Sciencemadness Discussion Board

Silver Rhodium Separation

vehmently - 21-4-2018 at 09:25


vehmently - 21-4-2018 at 09:26

Oops, wrong button. Anyone know a method to separate silver and rhodium ?

CobaltChloride - 21-4-2018 at 09:51

Literature seems to say that rhodium doesn't react with nitric acid, but silver definitely does. Soaking the piece in nitric acid should dissolve the silver as silver nitrate, releasing NOx in the process and leave behind the rhodium. Problems may arise when your piece has a lot more rhodium than silver because of the phenomenon explained in this video https://www.youtube.com/watch?v=aX4Iq11j2dI . Do you know the percentage of each metal in the piece?


[Edited on 21-4-2018 by CobaltChloride]

vehmently - 21-4-2018 at 10:20

Wouldnt nitric work ?

aga - 21-4-2018 at 10:24

Quote: Originally posted by vehmently  
Wouldnt nitric work ?

That's what CobaltChloride said 30 minutes ago.
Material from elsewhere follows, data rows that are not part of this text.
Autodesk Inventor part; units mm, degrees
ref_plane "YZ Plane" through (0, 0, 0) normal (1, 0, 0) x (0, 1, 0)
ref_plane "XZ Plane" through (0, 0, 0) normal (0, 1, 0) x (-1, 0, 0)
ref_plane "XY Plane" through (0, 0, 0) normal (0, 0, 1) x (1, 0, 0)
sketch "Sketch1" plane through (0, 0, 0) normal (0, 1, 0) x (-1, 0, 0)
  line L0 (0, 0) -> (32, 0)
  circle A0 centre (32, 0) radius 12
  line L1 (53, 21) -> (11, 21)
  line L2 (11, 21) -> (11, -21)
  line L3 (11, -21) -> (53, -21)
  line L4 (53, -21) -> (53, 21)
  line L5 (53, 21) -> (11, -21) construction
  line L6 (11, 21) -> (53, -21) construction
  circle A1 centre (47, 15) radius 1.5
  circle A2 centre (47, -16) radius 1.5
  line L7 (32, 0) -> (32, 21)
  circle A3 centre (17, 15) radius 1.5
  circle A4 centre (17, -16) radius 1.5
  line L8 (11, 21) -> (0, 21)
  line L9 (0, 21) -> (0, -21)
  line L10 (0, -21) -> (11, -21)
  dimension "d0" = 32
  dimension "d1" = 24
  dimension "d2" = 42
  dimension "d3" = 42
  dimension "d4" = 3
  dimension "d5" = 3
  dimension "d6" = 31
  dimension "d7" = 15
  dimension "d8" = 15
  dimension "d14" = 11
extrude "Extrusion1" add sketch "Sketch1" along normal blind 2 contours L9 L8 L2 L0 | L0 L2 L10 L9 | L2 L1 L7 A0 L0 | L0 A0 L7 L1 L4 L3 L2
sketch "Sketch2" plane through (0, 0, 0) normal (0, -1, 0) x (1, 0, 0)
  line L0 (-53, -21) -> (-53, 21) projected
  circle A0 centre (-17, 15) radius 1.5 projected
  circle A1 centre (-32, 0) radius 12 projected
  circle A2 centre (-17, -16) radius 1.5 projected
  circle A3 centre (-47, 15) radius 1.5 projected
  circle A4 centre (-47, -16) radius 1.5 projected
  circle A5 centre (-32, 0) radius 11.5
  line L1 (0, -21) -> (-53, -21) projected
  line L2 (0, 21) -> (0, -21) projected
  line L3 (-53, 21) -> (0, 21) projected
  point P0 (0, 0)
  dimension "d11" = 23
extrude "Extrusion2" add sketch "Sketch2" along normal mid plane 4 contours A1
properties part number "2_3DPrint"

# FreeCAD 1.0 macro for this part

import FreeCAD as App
import Part
import Sketcher
from FreeCAD import Vector
Q = App.Units.Quantity


def add_polygon(sketch, points):
    """Adds a closed chain of lines whose ends are joined by coincident constraints."""
    first, n = sketch.GeometryCount, len(points)
    for a, b in zip(points, points[1:] + points[:1]):
        sketch.addGeometry(Part.LineSegment(App.Vector(*a, 0), App.Vector(*b, 0)), False)
    for i in range(n):
        sketch.addConstraint(Sketcher.Constraint("Coincident", first + i, 2, first + (i + 1) % n, 1))

doc = App.newDocument("Part")
body = doc.addObject("PartDesign::Body", "Body")

# Sketch on XZ plane
sketch1 = body.newObject("Sketcher::SketchObject", "Sketch")
sketch1.AttachmentSupport = (doc.getObject("XZ_Plane"), [""])
sketch1.MapMode = "FlatFace"
add_polygon(sketch1, [(0, 21), (0, -21), (-53, -21), (-53, 21)])  # lines 0-3
sketch1.addGeometry(Part.Circle(Vector(-17, 15, 0), Vector(0, 0, 1), 1.5), False)  # 4
sketch1.addGeometry(Part.Circle(Vector(-32, 0, 0), Vector(0, 0, 1), 12), False)  # 5
sketch1.addGeometry(Part.Circle(Vector(-47, -16, 0), Vector(0, 0, 1), 1.5), False)  # 6
sketch1.addGeometry(Part.Circle(Vector(-47, 15, 0), Vector(0, 0, 1), 1.5), False)  # 7
sketch1.addGeometry(Part.Circle(Vector(-17, -16, 0), Vector(0, 0, 1), 1.5), False)  # 8
sketch1.addConstraint(Sketcher.Constraint("Vertical", 0))
sketch1.addConstraint(Sketcher.Constraint("Horizontal", 1))
sketch1.addConstraint(Sketcher.Constraint("Vertical", 2))
sketch1.addConstraint(Sketcher.Constraint("Horizontal", 3))
sketch1.addConstraint(Sketcher.Constraint("Equal", 4, 6))
sketch1.addConstraint(Sketcher.Constraint("Equal", 6, 7))
sketch1.addConstraint(Sketcher.Constraint("Equal", 7, 8))
sketch1.addConstraint(Sketcher.Constraint("Symmetric", 0, 2, 3, 2, -1, 1))
sketch1.addConstraint(Sketcher.Constraint("PointOnObject", 5, 3, -1))
sketch1.addConstraint(Sketcher.Constraint("Horizontal", 4, 3, 7, 3))
sketch1.addConstraint(Sketcher.Constraint("Horizontal", 6, 3, 8, 3))
sketch1.addConstraint(Sketcher.Constraint("Vertical", 6, 3, 7, 3))
sketch1.addConstraint(Sketcher.Constraint("Vertical", 4, 3, 8, 3))
sketch1.addConstraint(Sketcher.Constraint("Diameter", 4, Q("3 mm")))
sketch1.addConstraint(Sketcher.Constraint("Diameter", 5, Q("24 mm")))
sketch1.addConstraint(Sketcher.Constraint("DistanceY", 0, 2, 0, 1, Q("42 mm")))
sketch1.addConstraint(Sketcher.Constraint("DistanceY", -1, 1, 4, 3, Q("15 mm")))
sketch1.addConstraint(Sketcher.Constraint("DistanceX", 5, 3, -1, 1, Q("32 mm")))
sketch1.addConstraint(Sketcher.Constraint("DistanceX", 5, 3, 4, 3, Q("15 mm")))
sketch1.addConstraint(Sketcher.Constraint("DistanceX", 6, 3, 5, 3, Q("15 mm")))
sketch1.addConstraint(Sketcher.Constraint("DistanceY", 6, 3, 4, 3, Q("31 mm")))
sketch1.addConstraint(Sketcher.Constraint("DistanceX", 1, 2, 1, 1, Q("53 mm")))
pad1 = body.newObject("PartDesign::Pad", "Pad")
pad1.Profile = sketch1
pad1.Length = 2
pad1.Reversed = True

# Sketch on XZ plane
sketch2 = body.newObject("Sketcher::SketchObject", "Sketch001")
sketch2.AttachmentSupport = (doc.getObject("XZ_Plane"), [""])
sketch2.MapMode = "FlatFace"
sketch2.addGeometry(Part.Circle(Vector(-32, 0, 0), Vector(0, 0, 1), 12), False)
sketch2.addGeometry(Part.Circle(Vector(-32, 0, 0), Vector(0, 0, 1), 12), False)
sketch2.addConstraint(Sketcher.Constraint("Coincident", 1, 3, 0, 3))
sketch2.addConstraint(Sketcher.Constraint("PointOnObject", 0, 3, -1))
sketch2.addConstraint(Sketcher.Constraint("Diameter", 1, Q("23 mm")))
sketch2.addConstraint(Sketcher.Constraint("Diameter", 0, Q("24 mm")))
sketch2.addConstraint(Sketcher.Constraint("DistanceX", 0, 3, -1, 1, Q("32 mm")))
pad2 = body.newObject("PartDesign::Pad", "Pad001")
pad2.Profile = sketch2
pad2.Length = 4
pad2.Midplane = True

doc.recompute()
vehmently - 21-4-2018 at 12:51

Thanks for the replies. I was offline for a bit and miss f the post.the Rh content is fairly low on average but might get up to 25% by wgt

CobaltChloride - 21-4-2018 at 13:34

Then the method I described above should work.

Fleaker - 30-4-2018 at 07:13

I don't know how soluble rhodium is in silver, or vice versa. Check a phase diagram! I seem to recall fire assay on silver never recovers rhodium well.